Designing a Graph Data Importer

After familiarizing myself with the OSM data schema, and finding conveniently sized exports, I started design iterations on my own importer.

I ended up with a Java application that imports OSM data (in XML format), and produces a simple schema that includes nodes, ways, and all their attached properties/tags.

Loading the Nodes (Intersections)

On the first pass, the OSM Nodes are loaded into the graph. The Nodes represent intersections, and carry a POINT geometry (a set of latitude and longitude coordinates). An index gets created to help with quick retrieval by OSM ID.

Loading the Ways (Roads)

Ways represent streets or footpaths, and are created as Relationships within the graph. Loading the Ways was much more complicated because they connect existing Nodes, and carry slightly more complex geometries (lines instead of points).
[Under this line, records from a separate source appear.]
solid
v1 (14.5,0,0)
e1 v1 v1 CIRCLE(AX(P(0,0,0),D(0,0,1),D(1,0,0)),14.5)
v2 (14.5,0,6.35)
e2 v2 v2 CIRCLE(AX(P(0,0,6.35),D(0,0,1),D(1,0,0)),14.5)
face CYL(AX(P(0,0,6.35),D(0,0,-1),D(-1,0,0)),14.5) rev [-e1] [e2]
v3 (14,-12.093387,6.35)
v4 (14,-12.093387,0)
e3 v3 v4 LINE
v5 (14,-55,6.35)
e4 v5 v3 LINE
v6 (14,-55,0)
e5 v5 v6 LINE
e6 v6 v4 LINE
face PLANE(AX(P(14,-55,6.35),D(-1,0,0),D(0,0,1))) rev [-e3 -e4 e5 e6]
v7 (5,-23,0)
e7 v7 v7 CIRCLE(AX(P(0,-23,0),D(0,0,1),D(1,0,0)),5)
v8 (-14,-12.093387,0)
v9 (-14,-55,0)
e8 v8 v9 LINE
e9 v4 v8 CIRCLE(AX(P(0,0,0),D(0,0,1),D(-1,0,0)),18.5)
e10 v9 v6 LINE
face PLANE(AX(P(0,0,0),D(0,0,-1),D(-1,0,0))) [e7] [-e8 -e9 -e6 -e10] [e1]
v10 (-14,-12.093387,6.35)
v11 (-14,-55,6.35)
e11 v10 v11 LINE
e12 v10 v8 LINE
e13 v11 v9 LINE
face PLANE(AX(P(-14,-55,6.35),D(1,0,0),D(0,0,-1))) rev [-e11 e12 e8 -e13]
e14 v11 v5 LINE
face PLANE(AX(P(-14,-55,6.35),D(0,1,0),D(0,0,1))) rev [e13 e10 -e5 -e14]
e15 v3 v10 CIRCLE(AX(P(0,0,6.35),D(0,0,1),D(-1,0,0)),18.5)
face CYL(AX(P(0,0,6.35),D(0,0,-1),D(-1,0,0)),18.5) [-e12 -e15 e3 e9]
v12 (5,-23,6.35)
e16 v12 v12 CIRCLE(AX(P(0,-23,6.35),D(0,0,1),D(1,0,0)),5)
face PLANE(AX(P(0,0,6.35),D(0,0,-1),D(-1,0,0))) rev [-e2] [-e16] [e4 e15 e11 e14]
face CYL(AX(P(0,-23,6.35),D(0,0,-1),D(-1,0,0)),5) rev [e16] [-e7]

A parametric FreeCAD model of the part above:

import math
import FreeCAD as App
import Part
import Sketcher
from FreeCAD import Vector
Q = App.Units.Quantity

doc = App.newDocument("Part")
body = doc.addObject("PartDesign::Body", "Body")

# Sketch on XY plane
sketch1 = body.newObject("Sketcher::SketchObject", "Sketch")
sketch1.AttachmentSupport = (doc.getObject("XY_Plane"), [""])
sketch1.MapMode = "FlatFace"
sketch1.addGeometry([
    Part.LineSegment(Vector(-14, -55, 0), Vector(14, -55, 0)),  # 0
    Part.LineSegment(Vector(14, -55, 0), Vector(14, -12, 0)),  # 1
    Part.ArcOfCircle(Part.Circle(Vector(0, 0, 0), Vector(0, 0, 1), 18), math.radians(-41), math.radians(221)),  # 2
    Part.LineSegment(Vector(-14, -12, 0), Vector(-14, -55, 0)),  # 3
    Part.Circle(Vector(0, -23, 0), Vector(0, 0, 1), 5),  # 4
    Part.Circle(Vector(0, 0, 0), Vector(0, 0, 1), 14),  # 5
], False)
sketch1.addConstraint([
    Sketcher.Constraint("Coincident", 0, 2, 1, 1),
    Sketcher.Constraint("Coincident", 1, 2, 2, 1),
    Sketcher.Constraint("Coincident", 2, 2, 3, 1),
    Sketcher.Constraint("Coincident", 3, 2, 0, 1),
    Sketcher.Constraint("Horizontal", 0),
    Sketcher.Constraint("Vertical", 1),
    Sketcher.Constraint("Vertical", 3),
    Sketcher.Constraint("Coincident", 2, 3, -1, 1),
    Sketcher.Constraint("Coincident", 5, 3, -1, 1),
    Sketcher.Constraint("PointOnObject", 4, 3, -2),
    Sketcher.Constraint("Horizontal", 1, 2, 2, 2),
    Sketcher.Constraint("Diameter", 4, Q("10 mm")),
    Sketcher.Constraint("Diameter", 5, Q("29 mm")),
    Sketcher.Constraint("Radius", 2, Q("18.5 mm")),
    Sketcher.Constraint("DistanceX", 0, 1, 0, 2, Q("28 mm")),
    Sketcher.Constraint("DistanceY", 4, 3, -1, 1, Q("23 mm")),
    Sketcher.Constraint("DistanceY", 0, 2, -1, 1, Q("55 mm")),
])
pad1 = body.newObject("PartDesign::Pad", "Pad")
pad1.Profile = sketch1
pad1.Length = 6.35

doc.recompute()
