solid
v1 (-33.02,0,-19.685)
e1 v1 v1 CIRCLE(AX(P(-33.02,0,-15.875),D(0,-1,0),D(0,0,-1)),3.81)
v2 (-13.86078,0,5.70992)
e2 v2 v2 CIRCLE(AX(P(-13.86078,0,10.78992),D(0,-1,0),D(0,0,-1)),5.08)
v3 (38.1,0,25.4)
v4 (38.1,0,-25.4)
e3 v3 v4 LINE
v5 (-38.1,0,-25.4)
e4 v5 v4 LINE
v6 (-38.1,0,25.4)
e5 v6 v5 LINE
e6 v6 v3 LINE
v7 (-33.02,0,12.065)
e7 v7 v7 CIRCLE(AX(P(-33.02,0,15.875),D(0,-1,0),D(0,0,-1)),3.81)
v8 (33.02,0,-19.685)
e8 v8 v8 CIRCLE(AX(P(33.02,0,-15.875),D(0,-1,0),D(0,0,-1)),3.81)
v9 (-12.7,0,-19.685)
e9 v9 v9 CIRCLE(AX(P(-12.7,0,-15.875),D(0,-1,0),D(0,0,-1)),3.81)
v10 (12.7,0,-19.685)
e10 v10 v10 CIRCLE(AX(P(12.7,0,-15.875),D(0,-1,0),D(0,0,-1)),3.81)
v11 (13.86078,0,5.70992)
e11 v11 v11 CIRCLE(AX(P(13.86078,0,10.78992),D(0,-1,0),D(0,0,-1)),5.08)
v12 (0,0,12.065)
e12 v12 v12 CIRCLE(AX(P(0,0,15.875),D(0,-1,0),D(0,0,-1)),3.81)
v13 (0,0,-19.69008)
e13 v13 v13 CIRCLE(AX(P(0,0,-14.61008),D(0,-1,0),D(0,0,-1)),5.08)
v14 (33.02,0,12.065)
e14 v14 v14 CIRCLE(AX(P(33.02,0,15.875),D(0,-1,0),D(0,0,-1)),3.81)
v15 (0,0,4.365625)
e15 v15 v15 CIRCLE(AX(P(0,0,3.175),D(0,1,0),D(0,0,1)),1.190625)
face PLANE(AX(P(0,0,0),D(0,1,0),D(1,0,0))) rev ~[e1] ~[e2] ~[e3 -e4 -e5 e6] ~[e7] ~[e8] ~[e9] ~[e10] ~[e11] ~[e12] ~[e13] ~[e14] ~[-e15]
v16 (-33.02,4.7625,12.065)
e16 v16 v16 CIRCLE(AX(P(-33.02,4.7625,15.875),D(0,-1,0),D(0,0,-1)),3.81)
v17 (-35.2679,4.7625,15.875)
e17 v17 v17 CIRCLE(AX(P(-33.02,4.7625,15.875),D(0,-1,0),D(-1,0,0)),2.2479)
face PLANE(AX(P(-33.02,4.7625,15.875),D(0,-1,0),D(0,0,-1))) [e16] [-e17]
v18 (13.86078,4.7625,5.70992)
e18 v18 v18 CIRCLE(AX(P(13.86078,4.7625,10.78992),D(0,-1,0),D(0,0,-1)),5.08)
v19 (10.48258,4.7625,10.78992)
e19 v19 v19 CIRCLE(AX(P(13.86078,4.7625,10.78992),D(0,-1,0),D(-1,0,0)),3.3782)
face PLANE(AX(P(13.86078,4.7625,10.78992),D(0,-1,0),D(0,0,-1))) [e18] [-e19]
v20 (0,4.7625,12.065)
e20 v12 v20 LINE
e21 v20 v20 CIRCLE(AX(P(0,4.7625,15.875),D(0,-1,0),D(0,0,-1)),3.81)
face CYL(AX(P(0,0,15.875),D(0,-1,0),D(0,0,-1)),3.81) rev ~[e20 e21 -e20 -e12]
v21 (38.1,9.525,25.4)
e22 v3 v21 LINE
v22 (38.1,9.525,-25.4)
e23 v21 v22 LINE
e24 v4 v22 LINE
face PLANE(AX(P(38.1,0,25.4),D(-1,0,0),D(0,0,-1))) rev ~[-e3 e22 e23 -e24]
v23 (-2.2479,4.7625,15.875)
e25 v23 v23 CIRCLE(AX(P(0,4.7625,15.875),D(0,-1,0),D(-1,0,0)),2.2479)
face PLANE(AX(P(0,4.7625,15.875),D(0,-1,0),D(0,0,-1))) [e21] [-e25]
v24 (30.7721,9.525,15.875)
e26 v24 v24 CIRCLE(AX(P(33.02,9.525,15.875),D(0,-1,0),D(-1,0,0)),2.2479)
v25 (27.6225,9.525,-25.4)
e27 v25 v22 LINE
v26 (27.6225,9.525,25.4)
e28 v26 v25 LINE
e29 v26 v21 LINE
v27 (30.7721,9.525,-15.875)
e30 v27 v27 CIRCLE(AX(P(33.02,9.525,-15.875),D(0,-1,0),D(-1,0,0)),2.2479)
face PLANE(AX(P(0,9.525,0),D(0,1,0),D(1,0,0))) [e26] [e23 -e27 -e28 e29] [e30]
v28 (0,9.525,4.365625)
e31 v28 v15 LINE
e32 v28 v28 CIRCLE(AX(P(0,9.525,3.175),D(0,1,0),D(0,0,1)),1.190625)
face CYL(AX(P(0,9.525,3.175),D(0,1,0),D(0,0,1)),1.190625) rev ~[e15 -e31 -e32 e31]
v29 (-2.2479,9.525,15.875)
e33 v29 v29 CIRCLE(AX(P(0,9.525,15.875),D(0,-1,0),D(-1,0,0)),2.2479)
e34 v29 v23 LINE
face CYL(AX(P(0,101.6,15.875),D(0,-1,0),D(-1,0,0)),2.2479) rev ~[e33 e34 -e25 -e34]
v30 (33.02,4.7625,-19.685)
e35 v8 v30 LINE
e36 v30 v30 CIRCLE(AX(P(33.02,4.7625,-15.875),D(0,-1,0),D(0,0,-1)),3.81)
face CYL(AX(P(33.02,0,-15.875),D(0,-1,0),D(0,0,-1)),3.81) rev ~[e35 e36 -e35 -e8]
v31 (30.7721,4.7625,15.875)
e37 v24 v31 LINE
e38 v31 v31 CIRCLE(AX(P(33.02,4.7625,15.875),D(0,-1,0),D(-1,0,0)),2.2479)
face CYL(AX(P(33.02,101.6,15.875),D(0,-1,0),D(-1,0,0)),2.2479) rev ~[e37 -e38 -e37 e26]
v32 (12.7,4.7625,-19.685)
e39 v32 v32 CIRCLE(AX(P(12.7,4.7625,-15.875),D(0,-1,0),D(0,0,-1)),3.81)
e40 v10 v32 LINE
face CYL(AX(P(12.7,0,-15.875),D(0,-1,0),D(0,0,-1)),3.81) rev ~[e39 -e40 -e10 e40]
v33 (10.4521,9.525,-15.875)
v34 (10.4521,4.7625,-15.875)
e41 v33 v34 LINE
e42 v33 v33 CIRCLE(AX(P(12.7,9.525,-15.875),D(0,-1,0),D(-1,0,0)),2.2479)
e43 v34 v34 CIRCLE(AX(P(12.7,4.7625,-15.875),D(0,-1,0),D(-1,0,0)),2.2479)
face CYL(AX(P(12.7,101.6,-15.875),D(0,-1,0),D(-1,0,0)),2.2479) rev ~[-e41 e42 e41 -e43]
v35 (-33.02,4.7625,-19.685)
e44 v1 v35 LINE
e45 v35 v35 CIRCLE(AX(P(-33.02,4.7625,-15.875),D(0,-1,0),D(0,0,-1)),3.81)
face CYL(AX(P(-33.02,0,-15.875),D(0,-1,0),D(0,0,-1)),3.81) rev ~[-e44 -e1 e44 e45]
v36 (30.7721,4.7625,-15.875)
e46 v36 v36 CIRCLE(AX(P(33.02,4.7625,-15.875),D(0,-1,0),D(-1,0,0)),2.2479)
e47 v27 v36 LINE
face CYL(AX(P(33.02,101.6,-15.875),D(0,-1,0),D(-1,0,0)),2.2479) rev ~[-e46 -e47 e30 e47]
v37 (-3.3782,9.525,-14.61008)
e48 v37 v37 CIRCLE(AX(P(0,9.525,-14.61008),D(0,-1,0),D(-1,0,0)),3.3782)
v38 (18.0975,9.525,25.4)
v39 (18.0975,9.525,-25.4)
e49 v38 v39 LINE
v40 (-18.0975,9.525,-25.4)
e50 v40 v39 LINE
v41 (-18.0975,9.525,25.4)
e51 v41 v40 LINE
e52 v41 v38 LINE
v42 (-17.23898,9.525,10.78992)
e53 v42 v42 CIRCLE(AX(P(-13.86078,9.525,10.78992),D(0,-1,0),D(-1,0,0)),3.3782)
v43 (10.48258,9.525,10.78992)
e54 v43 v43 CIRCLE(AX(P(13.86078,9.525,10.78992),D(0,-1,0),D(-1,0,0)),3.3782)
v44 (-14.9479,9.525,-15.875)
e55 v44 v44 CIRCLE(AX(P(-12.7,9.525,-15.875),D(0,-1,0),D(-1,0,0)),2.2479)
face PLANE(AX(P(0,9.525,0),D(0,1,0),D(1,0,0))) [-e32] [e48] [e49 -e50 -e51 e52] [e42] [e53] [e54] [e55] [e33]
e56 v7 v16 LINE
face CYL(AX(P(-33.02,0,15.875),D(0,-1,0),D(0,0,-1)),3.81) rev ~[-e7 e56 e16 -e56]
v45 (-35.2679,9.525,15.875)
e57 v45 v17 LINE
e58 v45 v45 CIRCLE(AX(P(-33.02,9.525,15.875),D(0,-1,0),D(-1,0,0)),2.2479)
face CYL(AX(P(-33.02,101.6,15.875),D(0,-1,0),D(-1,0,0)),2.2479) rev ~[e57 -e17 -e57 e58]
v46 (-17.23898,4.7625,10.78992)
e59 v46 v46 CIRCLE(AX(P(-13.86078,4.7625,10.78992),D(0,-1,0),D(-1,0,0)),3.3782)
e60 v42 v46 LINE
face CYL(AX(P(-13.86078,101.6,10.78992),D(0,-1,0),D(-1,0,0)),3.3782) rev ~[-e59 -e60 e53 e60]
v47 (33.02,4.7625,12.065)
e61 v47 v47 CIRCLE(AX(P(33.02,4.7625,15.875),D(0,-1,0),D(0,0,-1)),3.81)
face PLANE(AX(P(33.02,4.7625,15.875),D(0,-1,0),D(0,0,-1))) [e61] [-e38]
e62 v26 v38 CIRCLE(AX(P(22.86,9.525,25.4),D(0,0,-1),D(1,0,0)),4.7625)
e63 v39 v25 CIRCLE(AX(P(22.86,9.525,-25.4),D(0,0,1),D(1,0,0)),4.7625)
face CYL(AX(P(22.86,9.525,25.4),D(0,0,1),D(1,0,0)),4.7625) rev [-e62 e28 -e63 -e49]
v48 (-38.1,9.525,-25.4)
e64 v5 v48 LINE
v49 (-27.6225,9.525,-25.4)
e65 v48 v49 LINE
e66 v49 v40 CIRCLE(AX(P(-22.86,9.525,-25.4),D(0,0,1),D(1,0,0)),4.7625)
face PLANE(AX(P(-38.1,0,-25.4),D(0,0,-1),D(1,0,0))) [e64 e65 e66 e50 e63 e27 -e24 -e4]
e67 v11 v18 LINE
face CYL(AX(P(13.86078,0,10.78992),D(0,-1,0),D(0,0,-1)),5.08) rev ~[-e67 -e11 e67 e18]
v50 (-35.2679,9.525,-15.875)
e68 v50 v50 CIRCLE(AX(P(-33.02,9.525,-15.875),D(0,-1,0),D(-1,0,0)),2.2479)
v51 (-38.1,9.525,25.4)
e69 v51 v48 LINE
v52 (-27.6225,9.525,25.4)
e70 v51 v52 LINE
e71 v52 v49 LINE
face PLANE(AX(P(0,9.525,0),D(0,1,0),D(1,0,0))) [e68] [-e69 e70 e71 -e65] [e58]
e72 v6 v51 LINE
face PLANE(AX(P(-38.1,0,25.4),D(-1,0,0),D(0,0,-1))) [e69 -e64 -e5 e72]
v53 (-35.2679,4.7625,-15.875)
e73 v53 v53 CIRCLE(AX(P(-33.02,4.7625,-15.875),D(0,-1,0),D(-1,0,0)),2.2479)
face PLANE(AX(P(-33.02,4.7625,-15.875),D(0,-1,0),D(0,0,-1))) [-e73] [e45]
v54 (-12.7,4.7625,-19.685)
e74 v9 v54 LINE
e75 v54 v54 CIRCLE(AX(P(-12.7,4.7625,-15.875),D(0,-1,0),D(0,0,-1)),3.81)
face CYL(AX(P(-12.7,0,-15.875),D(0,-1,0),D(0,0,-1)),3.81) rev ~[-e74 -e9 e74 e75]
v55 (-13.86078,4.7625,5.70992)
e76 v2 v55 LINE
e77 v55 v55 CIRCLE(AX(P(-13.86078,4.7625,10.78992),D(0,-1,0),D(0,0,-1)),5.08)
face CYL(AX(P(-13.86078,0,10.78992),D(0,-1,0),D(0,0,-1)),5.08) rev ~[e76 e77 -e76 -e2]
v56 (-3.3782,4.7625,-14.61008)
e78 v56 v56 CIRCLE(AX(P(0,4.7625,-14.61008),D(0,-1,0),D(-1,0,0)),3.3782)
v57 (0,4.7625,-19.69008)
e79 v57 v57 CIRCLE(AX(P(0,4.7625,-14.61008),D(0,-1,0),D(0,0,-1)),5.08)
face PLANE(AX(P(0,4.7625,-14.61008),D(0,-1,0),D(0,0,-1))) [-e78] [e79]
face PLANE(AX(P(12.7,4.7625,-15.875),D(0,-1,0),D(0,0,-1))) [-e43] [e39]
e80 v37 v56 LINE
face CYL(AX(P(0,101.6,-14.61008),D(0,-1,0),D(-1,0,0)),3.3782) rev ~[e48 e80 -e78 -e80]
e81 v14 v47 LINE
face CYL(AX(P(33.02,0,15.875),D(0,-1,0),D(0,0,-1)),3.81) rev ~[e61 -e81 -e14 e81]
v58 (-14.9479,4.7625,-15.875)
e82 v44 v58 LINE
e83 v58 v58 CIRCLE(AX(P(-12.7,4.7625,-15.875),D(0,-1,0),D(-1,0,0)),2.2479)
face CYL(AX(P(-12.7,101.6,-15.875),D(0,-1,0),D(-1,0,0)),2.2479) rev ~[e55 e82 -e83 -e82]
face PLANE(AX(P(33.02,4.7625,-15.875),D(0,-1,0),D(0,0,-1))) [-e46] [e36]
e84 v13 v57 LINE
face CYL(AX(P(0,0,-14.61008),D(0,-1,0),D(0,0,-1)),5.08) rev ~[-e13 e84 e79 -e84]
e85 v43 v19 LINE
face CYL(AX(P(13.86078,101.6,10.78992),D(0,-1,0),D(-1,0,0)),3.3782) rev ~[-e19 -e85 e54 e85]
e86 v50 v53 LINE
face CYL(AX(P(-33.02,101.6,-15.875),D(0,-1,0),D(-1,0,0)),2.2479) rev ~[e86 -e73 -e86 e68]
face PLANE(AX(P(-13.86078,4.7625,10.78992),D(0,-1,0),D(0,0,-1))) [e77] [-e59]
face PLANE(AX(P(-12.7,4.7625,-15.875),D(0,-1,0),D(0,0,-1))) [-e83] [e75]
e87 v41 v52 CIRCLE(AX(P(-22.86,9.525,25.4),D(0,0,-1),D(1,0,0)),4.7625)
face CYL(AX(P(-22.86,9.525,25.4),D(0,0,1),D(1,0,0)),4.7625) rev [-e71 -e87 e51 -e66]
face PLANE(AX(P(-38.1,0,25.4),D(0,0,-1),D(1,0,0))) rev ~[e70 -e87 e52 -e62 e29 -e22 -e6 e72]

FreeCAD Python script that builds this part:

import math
import FreeCAD as App
import Part
import Sketcher
from FreeCAD import Vector
Q = App.Units.Quantity

doc = App.newDocument("Part")
body = doc.addObject("PartDesign::Body", "Body")

# Sketch on XZ plane
sketch1 = doc.addObject("Sketcher::SketchObject", "Sketch")
body.addObject(sketch1)
sketch1.AttachmentSupport = (doc.XZ_Plane, [""])
sketch1.MapMode = "FlatFace"
sketch1.addGeometry(Part.LineSegment(Vector(-38.1, -25.4, 0), Vector(-38.1, 25.4, 0)), False)
sketch1.addGeometry(Part.LineSegment(Vector(-38.1, 25.4, 0), Vector(38.1, 25.4, 0)), False)
sketch1.addGeometry(Part.LineSegment(Vector(38.1, 25.4, 0), Vector(38.1, -25.4, 0)), False)
sketch1.addGeometry(Part.LineSegment(Vector(38.1, -25.4, 0), Vector(-38.1, -25.4, 0)), False)
sketch1.addConstraint(Sketcher.Constraint("Coincident", 0, 2, 1, 1))
sketch1.addConstraint(Sketcher.Constraint("Coincident", 1, 2, 2, 1))
sketch1.addConstraint(Sketcher.Constraint("Coincident", 2, 2, 3, 1))
sketch1.addConstraint(Sketcher.Constraint("Coincident", 3, 2, 0, 1))
sketch1.addConstraint(Sketcher.Constraint("Vertical", 0))
sketch1.addConstraint(Sketcher.Constraint("Horizontal", 1))
sketch1.addConstraint(Sketcher.Constraint("Vertical", 2))
sketch1.addConstraint(Sketcher.Constraint("Horizontal", 3))
sketch1.addConstraint(Sketcher.Constraint("Symmetric", 0, 2, 2, 2, -1, 1))
sketch1.addConstraint(Sketcher.Constraint("DistanceX", 1, 1, 1, 2, Q("3 in")))
sketch1.addConstraint(Sketcher.Constraint("DistanceY", 0, 1, 0, 2, Q("2 in")))
pad1 = doc.addObject("PartDesign::Pad", "Pad")
body.addObject(pad1)
pad1.Profile = sketch1
pad1.Length = Q("0.375 in")
pad1.Reversed = True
In the source data, Ways are made up of a list of Nodes (referenced as <nd> elements) and a collection of metadata tags.

<way id="88572932" version="1">
  <nd ref="65325032"/>
  <nd ref="6587947112"/>
  <nd ref="6587947113"/>
  <nd ref="65321839"/>
  <nd ref="65363163"/>
  <nd ref="5429618398"/>
  <nd ref="4911322451"/>
  <nd ref="6587947104"/>
  <nd ref="65293746"/>
  <tag k="name" v="Mission Street"/>
  <tag k="highway" v="secondary"/>
  <tag k="surface" v="asphalt"/>
  <tag k="tiger:cfcc" v="A41"/>
  <tag k="tiger:county" v="San Francisco, CA"/>
  <tag k="trolley_wire" v="yes"/>
  <tag k="tiger:name_base" v="Mission"/>
  <tag k="tiger:name_type" v="St"/>
</way>

I needed to loop through this list of Nodes, retrieve each referenced Node from within the graph, and create a Relationship between them.

I later realized that a set of 2 Relationships had to be created in-between each pair of Nodes so that the graph could be traversed in both directions. The <way> shown above resulted in 16 total Relationships being created (8 in each direction).

In addition to juggling Node references, Ways also have a slightly more complex geometry. The LINESTRING geometry is a list of 2 or more points. In this case, the POINT geometries of the referenced Nodes are used.

Since these Relationships are ultimately going to be used for routing, I took this opportunity to assign a length (or cost) to each. I used a set calculation to approximate the length of each Relationship.

SAX Style XML Parsing

The traditional approach for parsing XML files is to load the entire file into memory prior to reading the data and performing XPath queries. This approach quickly became an issue when working with large OSM XML data files (e.g. the city of San Francisco is north of 500mb).

I was able to alleviate this problem by switching to SAX style parsing, where XPath queries are executed against the file sequentially as it is read. Logic is executed immediately whenever a matching XML node is encountered, which in my case where <node> and <way> elements.

Graph Transactions and Commit Intervals

At first, the graph data loader took several hours to process 500mb of data, and ran at a very low CPU load (less than 10%). I realized the culprit was performing database commits after creating each Node and Relationship.

I adjusted the code to share a transaction across around 3000 Node creation operations, and up to 50 Relationship creations. Bundling these transactions into single database commits greatly improved the performance of the loader.

The Code

The latest code is posted on Github, along with a detailed README file that includes build instructions, sample import commands, and a few Cypher queries to help explore the graph.

Concerns and Next Steps

While the importer was fun to write, and I learned a lot about the OSM data-set, I did have a few reservations:

The importer does not take advantage of any of Neo4j Spatial indexing, or the Spatial Plugin – the geometries are simply stored on each Node and Relationship in WKT format
The schema produced is simple, but still custom – it does not match any kind of community standard (meaning code written against it is not standardized/portable)

Now that I have a fully loaded graph, I plan to focus on enriching the data to include more of the features included in OSM data. For example, I would like to mark which roads (Relationships) run alongside lakes, historical buildings, or shopping districts. I have a few strategies in mind on how to accomplish this task, and will check back in with the results!